The unemployment rate ticked down by 0.1 percentage points to 4.3% as 429k Americans left the labor force in the month of May. As a result of the exodus from the workforce, the labor participation rate fell 0.2 percentage points to 62.7% – the lowest level in six months. The shrinkage of the labor force also led to an improvement broader underemployment measures, with the broadest measure (U-6) down 0.2pp to 8.4%.
Average hourly earnings rose by 0.2% during the month, on par with expectations, with the year-over-year wage metric holding steady at 2.5% in May.

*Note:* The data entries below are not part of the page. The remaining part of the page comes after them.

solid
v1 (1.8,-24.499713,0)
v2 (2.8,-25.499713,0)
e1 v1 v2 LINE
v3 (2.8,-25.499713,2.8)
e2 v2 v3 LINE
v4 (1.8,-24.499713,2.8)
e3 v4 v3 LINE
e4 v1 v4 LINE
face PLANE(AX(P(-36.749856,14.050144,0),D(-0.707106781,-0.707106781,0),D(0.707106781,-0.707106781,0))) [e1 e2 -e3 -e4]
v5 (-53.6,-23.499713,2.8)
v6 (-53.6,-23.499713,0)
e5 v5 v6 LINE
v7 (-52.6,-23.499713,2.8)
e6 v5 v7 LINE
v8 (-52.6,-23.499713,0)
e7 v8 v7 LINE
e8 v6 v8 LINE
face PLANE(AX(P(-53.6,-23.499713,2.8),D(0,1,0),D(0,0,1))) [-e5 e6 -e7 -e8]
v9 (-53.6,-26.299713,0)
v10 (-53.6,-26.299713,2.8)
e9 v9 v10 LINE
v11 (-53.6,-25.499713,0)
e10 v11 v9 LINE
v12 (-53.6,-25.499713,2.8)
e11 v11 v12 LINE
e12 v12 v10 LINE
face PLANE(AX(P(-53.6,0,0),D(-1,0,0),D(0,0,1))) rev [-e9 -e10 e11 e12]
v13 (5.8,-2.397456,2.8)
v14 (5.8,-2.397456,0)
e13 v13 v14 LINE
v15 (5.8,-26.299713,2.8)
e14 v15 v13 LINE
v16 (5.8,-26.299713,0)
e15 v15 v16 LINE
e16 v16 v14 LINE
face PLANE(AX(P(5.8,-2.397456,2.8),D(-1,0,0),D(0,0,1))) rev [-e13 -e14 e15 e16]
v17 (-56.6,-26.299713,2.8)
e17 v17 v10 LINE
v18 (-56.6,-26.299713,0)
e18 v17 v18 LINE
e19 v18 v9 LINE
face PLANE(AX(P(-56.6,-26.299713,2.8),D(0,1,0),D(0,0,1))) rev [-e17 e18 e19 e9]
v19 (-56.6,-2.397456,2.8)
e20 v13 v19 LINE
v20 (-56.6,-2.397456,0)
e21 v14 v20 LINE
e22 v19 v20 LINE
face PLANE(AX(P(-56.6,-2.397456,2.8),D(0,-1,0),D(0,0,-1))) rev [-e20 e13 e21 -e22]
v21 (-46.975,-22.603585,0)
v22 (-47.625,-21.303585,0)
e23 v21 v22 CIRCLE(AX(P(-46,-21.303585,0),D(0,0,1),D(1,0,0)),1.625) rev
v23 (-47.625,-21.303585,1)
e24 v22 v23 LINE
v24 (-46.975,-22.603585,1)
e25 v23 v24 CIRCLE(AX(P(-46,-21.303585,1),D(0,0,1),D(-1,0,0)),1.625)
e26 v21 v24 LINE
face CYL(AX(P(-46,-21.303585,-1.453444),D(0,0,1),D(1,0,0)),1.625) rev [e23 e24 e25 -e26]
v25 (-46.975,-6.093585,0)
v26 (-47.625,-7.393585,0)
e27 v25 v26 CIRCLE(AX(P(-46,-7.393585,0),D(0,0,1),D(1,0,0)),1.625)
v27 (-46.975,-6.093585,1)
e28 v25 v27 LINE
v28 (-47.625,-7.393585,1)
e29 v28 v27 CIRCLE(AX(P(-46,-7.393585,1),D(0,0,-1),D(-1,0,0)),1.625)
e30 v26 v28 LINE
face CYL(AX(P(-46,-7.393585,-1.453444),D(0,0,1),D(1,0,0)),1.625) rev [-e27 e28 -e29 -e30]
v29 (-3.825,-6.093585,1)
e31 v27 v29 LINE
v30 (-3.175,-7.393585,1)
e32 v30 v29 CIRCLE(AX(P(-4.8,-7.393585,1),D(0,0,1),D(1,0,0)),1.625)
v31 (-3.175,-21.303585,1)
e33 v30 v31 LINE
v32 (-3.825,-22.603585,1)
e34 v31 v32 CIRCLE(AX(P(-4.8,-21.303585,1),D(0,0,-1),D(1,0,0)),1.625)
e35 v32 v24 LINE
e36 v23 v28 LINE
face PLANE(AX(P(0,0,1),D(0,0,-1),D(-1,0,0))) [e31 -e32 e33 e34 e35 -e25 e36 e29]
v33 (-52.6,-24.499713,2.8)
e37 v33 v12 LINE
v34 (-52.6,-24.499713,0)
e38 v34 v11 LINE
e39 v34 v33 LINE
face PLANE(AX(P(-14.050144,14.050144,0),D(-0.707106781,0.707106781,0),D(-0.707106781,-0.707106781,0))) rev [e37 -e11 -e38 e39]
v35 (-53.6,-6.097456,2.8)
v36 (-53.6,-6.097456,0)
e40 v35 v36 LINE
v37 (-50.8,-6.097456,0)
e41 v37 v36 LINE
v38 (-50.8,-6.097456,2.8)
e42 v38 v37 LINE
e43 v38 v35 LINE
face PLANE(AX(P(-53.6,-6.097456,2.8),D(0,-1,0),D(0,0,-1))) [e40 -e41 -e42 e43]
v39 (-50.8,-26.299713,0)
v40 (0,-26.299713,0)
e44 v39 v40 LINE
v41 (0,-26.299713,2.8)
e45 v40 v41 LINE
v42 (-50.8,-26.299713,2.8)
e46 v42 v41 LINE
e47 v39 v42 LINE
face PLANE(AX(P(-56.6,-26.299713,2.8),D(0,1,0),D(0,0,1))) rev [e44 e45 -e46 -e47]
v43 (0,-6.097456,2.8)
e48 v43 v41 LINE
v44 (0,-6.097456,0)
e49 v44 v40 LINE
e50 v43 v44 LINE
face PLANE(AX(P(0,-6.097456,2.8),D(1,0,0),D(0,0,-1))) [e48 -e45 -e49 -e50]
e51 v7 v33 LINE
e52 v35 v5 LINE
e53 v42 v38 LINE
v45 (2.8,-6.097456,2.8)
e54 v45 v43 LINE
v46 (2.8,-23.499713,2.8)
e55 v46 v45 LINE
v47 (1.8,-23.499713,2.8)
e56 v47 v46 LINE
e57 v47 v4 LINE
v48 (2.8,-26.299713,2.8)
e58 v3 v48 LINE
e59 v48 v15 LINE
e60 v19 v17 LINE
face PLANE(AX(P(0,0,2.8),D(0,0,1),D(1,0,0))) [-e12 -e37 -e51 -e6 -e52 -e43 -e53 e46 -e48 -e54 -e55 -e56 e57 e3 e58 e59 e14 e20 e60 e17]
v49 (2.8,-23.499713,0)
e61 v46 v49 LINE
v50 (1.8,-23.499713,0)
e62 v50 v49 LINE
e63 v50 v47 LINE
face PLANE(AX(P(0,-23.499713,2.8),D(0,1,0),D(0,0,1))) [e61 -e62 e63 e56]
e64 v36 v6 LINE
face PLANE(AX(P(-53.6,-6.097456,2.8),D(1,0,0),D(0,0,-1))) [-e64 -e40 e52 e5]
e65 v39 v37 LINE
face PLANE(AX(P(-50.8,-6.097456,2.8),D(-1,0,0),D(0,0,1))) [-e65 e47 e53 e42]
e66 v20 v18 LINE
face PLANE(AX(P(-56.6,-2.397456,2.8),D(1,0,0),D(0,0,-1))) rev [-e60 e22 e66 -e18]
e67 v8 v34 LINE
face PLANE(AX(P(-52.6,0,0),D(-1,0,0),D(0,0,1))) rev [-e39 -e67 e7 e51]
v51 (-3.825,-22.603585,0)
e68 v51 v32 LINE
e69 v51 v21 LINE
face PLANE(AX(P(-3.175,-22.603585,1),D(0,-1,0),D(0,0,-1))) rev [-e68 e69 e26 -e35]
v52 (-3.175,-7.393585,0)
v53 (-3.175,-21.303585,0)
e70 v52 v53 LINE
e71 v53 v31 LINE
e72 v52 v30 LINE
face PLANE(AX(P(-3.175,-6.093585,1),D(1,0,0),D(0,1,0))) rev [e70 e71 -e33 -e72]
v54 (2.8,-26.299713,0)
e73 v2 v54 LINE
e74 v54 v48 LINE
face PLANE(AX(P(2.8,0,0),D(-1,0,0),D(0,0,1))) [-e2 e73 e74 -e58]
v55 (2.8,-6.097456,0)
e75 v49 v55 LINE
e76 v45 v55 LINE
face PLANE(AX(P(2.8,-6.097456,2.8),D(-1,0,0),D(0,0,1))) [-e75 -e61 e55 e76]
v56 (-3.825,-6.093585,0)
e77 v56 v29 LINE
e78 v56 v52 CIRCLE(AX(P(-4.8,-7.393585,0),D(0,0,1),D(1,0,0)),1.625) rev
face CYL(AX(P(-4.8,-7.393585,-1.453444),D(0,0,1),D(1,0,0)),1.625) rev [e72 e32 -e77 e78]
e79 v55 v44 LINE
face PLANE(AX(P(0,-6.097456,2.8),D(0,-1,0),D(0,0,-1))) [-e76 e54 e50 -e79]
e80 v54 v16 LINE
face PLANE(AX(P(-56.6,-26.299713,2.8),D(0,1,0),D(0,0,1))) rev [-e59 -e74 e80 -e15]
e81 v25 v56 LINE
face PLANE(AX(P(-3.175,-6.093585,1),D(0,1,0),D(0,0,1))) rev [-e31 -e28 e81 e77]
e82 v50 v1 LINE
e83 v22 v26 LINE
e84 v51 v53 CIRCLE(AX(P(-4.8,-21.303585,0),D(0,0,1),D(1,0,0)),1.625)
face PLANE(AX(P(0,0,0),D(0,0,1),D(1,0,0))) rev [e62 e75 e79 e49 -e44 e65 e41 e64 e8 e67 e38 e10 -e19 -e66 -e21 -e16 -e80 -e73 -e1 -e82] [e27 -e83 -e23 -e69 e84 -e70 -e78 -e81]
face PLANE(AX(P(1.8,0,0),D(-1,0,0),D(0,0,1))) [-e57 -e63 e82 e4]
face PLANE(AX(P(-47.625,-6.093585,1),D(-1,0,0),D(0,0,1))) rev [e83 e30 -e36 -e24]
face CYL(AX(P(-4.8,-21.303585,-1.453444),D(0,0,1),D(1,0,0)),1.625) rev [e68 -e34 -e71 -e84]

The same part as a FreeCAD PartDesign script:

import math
import FreeCAD as App
import Part
import Sketcher
Q = App.Units.Quantity


def add_polygon(sketch, points):
    """Adds a closed chain of lines whose ends are joined by coincident constraints."""
    first, n = sketch.GeometryCount, len(points)
    for a, b in zip(points, points[1:] + points[:1]):
        sketch.addGeometry(Part.LineSegment(App.Vector(*a, 0), App.Vector(*b, 0)), False)
    for i in range(n):
        sketch.addConstraint(Sketcher.Constraint("Coincident", first + i, 2, first + (i + 1) % n, 1))

doc = App.newDocument("Part")
body = doc.addObject("PartDesign::Body", "Body")

# Sketch on XY plane
sketch1 = doc.addObject("Sketcher::SketchObject", "Sketch")
body.addObject(sketch1)
sketch1.AttachmentSupport = (doc.XY_Plane, [""])
sketch1.MapMode = "FlatFace"
add_polygon(sketch1, [(-56.6, -2.4), (-56.6, -26.3), (5.8, -26.3), (5.8, -2.4)])  # lines 0-3
add_polygon(sketch1, [(-50.8, -23.5), (-53.6, -23.5), (-53.6, -6.1), (-50.8, -6.1)])  # lines 4-7
add_polygon(sketch1, [(2.8, -23.5), (0, -23.5), (0, -6.1), (2.8, -6.1)])  # lines 8-11
sketch1.addConstraint([
    Sketcher.Constraint("Vertical", 0),
    Sketcher.Constraint("Horizontal", 1),
    Sketcher.Constraint("Vertical", 2),
    Sketcher.Constraint("Horizontal", 3),
    Sketcher.Constraint("Horizontal", 4),
    Sketcher.Constraint("Vertical", 5),
    Sketcher.Constraint("Horizontal", 6),
    Sketcher.Constraint("Vertical", 7),
    Sketcher.Constraint("Horizontal", 8),
    Sketcher.Constraint("Vertical", 9),
    Sketcher.Constraint("Horizontal", 10),
    Sketcher.Constraint("Vertical", 11),
    Sketcher.Constraint("PointOnObject", 8, 2, -2),
    Sketcher.Constraint("Horizontal", 7, 2, 8, 2),
    Sketcher.Constraint("Horizontal", 6, 2, 9, 2),
    Sketcher.Constraint("Equal", 6, 8),
    Sketcher.Constraint("DistanceX", 1, 1, 1, 2, 62.4),
    Sketcher.Constraint("DistanceX", 4, 2, 4, 1, 2.8),
    Sketcher.Constraint("DistanceX", 0, 2, 4, 2, 3.0),
    Sketcher.Constraint("DistanceX", 10, 2, 2, 2, 3.0),
    Sketcher.Constraint("DistanceY", 0, 2, 4, 2, 2.8),
    Sketcher.Constraint("DistanceY", 5, 2, 3, 2, 3.7),
    Sketcher.Constraint("DistanceY", 0, 2, 0, 1, 23.902256),
    Sketcher.Constraint("DistanceY", 0, 2, -1, 1, 26.299713),
])
pad1 = doc.addObject("PartDesign::Pad", "Pad")
body.addObject(pad1)
pad1.Profile = sketch1
pad1.Length = 2.8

Average weekly hours were unchanged at 34.4.
Key Implications
It is hard to find good news in the May report. The headline print disappointed expectations, contrary to the strong ADP print mid-week. Alongside the large downward revisions to prior months’, trend payroll growth slowed from 174k prior to the report to just 121k given the new data. Moreover, the diffusion index – which measures the breadth of the gains across industries – pulled back to sharply to 54.8 – the lowest level since November 2016.
The one sliver of positive news was the decline in the jobless rates. The headline (U3) declined to 4.29%, or the lowest level in sixteen years, while the broadest measure (U6) fell to the lowest level since late-2007. Still, most of this is related to the decline in the labor force with participation rates lower in aggregate as well as for the core age group.
To make matters worse the wage print, while decent at 0.2% m/m in May, did not show as much strength as would be suggested by the very low jobless rates. Having said that, this metric should begin to grind higher in the coming months, and should help put some upward pressure on inflation. As such, we still expect the Fed to hike rates by 25 basis points when the FOMC meets the Wednesday after next, but the probability of additional rate hikes later this year is diminishing.